Luckily for us, a reliable source of reproducible bugs are the ones submitted to Debian by the Mayhem Team. Every of these reports contains all the data needed to reproduce them. So we will be analyzing 1.2k bugs discovered and submitted to the Debian Bug Tracker.

Since every package requires libraries and sometimes bugs depend on specific versions of them, we need a controlled environment for testing. Therefore, in order to obtain reproducible results in our experiment, we are going to use a recent version of Vagrant to emulate Debian 7.3. A preinstalled VM with almost every package that was reported to be buggy (minus the incompatible ones) was created for this project. As you can imagine, this VM has a large number of obscure programs and services installed (most of them are not configured or broken). We disabled useless services to speed-up the boot of the VM. To have a VM ready for testing, just execute:

git clone https://github.com/neuromancer/ocean-data
cd ocean-data
./bootstrap.sh

If the download is very slow, an alternative mirror is available tweaking bootstrap.sh. Also, re-runing that script can resume an interrupted download. After executing it, bugs inputs and reports will be uncompressed inside the "bugs" folder. Such folder will be shared between the host and the VM. Finally, we can use:

vagrant up
vagrant ssh

to boot and get a shell inside the VM.

Playing with the data

To start playing with the data, we are going to use Ocean. Ocean is a ptrace based tool created to collect and vectorize runtime information from different executions of a particular program. Also, given a particular input, simple fuzzing procedures are used generate more than one execution per program if this is required.

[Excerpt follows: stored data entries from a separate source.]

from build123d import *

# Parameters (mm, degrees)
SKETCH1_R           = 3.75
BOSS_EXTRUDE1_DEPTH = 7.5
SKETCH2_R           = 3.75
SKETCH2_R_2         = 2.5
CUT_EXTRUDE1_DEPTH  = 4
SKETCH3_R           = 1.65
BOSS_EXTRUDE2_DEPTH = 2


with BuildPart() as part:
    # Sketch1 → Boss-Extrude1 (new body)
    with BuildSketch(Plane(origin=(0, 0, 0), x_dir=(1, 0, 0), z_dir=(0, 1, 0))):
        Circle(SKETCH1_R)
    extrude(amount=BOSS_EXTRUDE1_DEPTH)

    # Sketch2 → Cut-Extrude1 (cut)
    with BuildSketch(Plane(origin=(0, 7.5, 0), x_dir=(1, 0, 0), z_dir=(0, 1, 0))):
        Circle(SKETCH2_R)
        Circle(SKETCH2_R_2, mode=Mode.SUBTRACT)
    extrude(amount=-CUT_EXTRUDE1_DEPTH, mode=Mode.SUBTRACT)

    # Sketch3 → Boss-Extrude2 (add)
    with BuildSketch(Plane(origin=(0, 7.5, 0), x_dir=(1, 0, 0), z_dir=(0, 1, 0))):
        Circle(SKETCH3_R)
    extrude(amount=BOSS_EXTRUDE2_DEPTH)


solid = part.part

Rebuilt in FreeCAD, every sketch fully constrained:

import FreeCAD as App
import Part
import Sketcher

doc = App.newDocument("Part")
body = doc.addObject("PartDesign::Body", "Body")

# Sketch on XZ plane
sketch1 = doc.addObject("Sketcher::SketchObject", "Sketch")
body.addObject(sketch1)
sketch1.AttachmentSupport = (doc.XZ_Plane, [""])
sketch1.MapMode = "FlatFace"
sketch1.addGeometry(Part.Circle(App.Vector(0, 0, 0), App.Vector(0, 0, 1), 3.8), False)
sketch1.addConstraint([
    Sketcher.Constraint("Coincident", 0, 3, -1, 1),
    Sketcher.Constraint("Diameter", 0, 7.5),
])
pad1 = doc.addObject("PartDesign::Pad", "Pad")
body.addObject(pad1)
pad1.Profile = sketch1
pad1.Length = 7.5
pad1.Reversed = True

# Sketch on XZ plane
sketch2 = doc.addObject("Sketcher::SketchObject", "Sketch001")
body.addObject(sketch2)
sketch2.AttachmentSupport = (doc.XZ_Plane, [""])
sketch2.MapMode = "FlatFace"
sketch2.AttachmentOffset = App.Placement(App.Vector(0, 0, -7.5), App.Rotation())
sketch2.addGeometry([
    Part.Circle(App.Vector(0, 0, 0), App.Vector(0, 0, 1), 3.8),
    Part.Circle(App.Vector(0, 0, 0), App.Vector(0, 0, 1), 2.5),
], False)
sketch2.addConstraint([
    Sketcher.Constraint("Coincident", 0, 3, -1, 1),
    Sketcher.Constraint("Coincident", 1, 3, -1, 1),
    Sketcher.Constraint("Diameter", 1, 5.0),
    Sketcher.Constraint("Diameter", 0, 7.5),
])
pocket1 = doc.addObject("PartDesign::Pocket", "Pocket")
body.addObject(pocket1)
pocket1.Profile = sketch2
pocket1.Length = 4
pocket1.Reversed = True

# Sketch on XZ plane
sketch3 = doc.addObject("Sketcher::SketchObject", "Sketch002")
body.addObject(sketch3)
sketch3.AttachmentSupport = (doc.XZ_Plane, [""])
sketch3.MapMode = "FlatFace"
sketch3.AttachmentOffset = App.Placement(App.Vector(0, 0, -7.5), App.Rotation())
sketch3.addGeometry(Part.Circle(App.Vector(0, 0, 0), App.Vector(0, 0, 1), 1.6), False)
sketch3.addConstraint([
    Sketcher.Constraint("Coincident", 0, 3, -1, 1),
    Sketcher.Constraint("Diameter", 0, 3.3),
])
pad2 = doc.addObject("PartDesign::Pad", "Pad001")
body.addObject(pad2)
pad2.Profile = sketch3
pad2.Length = 2
pad2.Reversed = True

doc.recompute()
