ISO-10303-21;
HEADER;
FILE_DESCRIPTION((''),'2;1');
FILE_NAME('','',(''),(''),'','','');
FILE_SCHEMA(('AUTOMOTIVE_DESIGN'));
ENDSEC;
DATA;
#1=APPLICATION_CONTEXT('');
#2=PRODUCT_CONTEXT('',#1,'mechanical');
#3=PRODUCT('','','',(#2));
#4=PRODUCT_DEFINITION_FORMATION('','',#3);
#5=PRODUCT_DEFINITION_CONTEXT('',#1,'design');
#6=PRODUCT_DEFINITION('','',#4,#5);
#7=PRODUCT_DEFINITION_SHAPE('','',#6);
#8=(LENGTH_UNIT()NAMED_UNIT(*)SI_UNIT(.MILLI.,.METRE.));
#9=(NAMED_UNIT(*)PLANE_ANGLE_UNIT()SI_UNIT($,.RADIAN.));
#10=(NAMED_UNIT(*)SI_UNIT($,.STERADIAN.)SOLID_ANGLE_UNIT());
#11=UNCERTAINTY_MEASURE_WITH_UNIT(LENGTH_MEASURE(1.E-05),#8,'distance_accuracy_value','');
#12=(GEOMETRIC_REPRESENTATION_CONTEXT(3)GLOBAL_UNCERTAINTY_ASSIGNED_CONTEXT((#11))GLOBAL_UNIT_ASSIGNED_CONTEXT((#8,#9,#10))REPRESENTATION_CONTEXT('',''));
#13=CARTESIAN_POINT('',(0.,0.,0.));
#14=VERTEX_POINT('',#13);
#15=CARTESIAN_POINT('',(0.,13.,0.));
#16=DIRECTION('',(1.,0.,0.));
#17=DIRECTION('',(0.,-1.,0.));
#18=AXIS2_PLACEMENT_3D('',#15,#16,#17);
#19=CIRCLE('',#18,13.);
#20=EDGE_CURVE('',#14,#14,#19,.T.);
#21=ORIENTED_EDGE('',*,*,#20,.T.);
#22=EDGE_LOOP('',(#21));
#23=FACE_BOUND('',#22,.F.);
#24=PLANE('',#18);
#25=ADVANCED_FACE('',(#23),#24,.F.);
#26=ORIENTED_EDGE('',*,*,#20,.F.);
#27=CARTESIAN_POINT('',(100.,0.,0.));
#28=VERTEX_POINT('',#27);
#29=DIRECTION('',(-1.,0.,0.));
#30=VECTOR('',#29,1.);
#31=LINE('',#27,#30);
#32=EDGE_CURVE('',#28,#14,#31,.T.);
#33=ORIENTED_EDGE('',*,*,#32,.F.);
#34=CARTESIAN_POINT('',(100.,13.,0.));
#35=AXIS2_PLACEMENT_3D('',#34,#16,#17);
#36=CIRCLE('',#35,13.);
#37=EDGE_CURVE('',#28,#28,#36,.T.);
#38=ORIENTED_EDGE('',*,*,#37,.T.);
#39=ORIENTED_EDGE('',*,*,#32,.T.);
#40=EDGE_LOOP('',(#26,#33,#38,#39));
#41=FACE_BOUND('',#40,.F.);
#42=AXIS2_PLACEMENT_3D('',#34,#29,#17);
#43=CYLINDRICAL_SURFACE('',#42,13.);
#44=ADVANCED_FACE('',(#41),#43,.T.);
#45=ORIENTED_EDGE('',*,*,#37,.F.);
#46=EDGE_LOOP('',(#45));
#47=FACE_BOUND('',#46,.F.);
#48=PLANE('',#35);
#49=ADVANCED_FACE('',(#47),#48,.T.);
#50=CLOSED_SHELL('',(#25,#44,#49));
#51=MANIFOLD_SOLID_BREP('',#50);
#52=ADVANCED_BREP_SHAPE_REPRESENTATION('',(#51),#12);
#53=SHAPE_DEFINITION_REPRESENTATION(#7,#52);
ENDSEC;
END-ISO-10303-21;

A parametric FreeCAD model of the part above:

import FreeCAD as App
import Part
import Sketcher
Q = App.Units.Quantity


def add_polygon(sketch, points):
    """Adds a closed chain of lines whose ends are joined by coincident constraints."""
    first, n = sketch.GeometryCount, len(points)
    for a, b in zip(points, points[1:] + points[:1]):
        sketch.addGeometry(Part.LineSegment(App.Vector(*a, 0), App.Vector(*b, 0)), False)
    for i in range(n):
        sketch.addConstraint(Sketcher.Constraint("Coincident", first + i, 2, first + (i + 1) % n, 1))

doc = App.newDocument("Part")
body = doc.addObject("PartDesign::Body", "Body")

# Sketch on XY plane
sketch1 = body.newObject("Sketcher::SketchObject", "Sketch")
sketch1.AttachmentSupport = (doc.getObject("XY_Plane"), [""])
sketch1.MapMode = "FlatFace"
add_polygon(sketch1, [(0, 13), (0, 0), (100, 0), (100, 13)])  # lines 0-3
sketch1.addGeometry(Part.LineSegment(App.Vector(0, 13, 0), App.Vector(100, 13, 0)), True)  # axis
sketch1.addConstraint([
    Sketcher.Constraint("Vertical", 0),
    Sketcher.Constraint("Horizontal", 1),
    Sketcher.Constraint("Vertical", 2),
    Sketcher.Constraint("Horizontal", 3),
    Sketcher.Constraint("Horizontal", 4),
    Sketcher.Constraint("Coincident", 0, 2, -1, 1),
    Sketcher.Constraint("Coincident", 4, 1, 3, 2),
    Sketcher.Constraint("Vertical", 1, 2, 4, 2),
    Sketcher.Constraint("DistanceX", 1, 1, 1, 2, Q("3.937 in")),
    Sketcher.Constraint("DistanceY", 0, 2, 0, 1, Q("0.5118 in")),
])
revolution = body.newObject("PartDesign::Revolution", "Revolution")
revolution.Profile = sketch1
revolution.ReferenceAxis = (sketch1, ["Axis0"])
revolution.Angle = 360

doc.recompute()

I copied the last version of Ocean from its repository inside the VM (and it was added in the PATH). It should be ready to be used. Still it's highly recommeded to update Ocean before starting play with it. All the following command and examples are going to be executed using VM shell. In this case

cd ocean
git pull

will update the tool. In the next post, we will explain exactly how Ocean extracts data from the executions but right now, let's play a little with a testcase. For example, let's take our favourite teddy bear simulator, XTeddy. Unfortanately, Xteddy is very old and buggy. In particular, if we execute it using the "-geometry" parameter without its value, it will crash. This is a known bug and one of the 1.2k crashes submited by the Mayhem team. First, we can use ltrace to get some runtime information manually:

env -i ltrace /usr/games/xteddy -geometry

and the output should be:

__libc_start_main(0x8049510, 2, 0xbfdab944, 0x804a2c0, 0x804a2b0 <unfinished ...>
strrchr("/usr/games/xteddy", '/')                               = "/xteddy"
XParseGeometry(0, 0xbfdab868, 0xbfdab864, 0xbfdab860, 0xbfdab85c) = 0
--- SIGSEGV (Segmentation fault) ---
+++ killed by SIGSEGV +++

We would like to automatize this. Ocean can be used to parse, execute and print data from this test case very easily:

cd sync
ocean.py -n 0 --no-stdout --raw-mode xteddy-report 2> /dev/null

and the output should be:

SIGSEGV:addr=Top32    crashed:eip=GPtr32    strrchr:ret_addr=GPtr32    strrchr:ret_val=SPtr32    strrchr_0=SPtr32    strrchr_1=Num32B8

Despite the analyzed events form a sequence, our first approach to mine them is to transform them to a 'bag of words' representation. In this case, XTeddy crashed with a SIGSEGV. The parameters, return value and return address of the call to strrchr are shown as 'types'. Basic typing information includes if an address is a pointer to stack, heap or global memory, or an ordinary 32-bit integer. A detailed description of this categorization will be the topic of the next post. It is interesting to note that since XParseGeometry isn't part of standard libc functions, Ocean won't process it. Support for functions in very popular libraries will be added later if the developed technique proves to be useful.

Finally, once we finish playing with it, we should not forget to turn it off:

vagrant halt

This was a very quick introduction to our ongoing research. All our software and data used for research is open source and contributions/feedback is highly appreciated.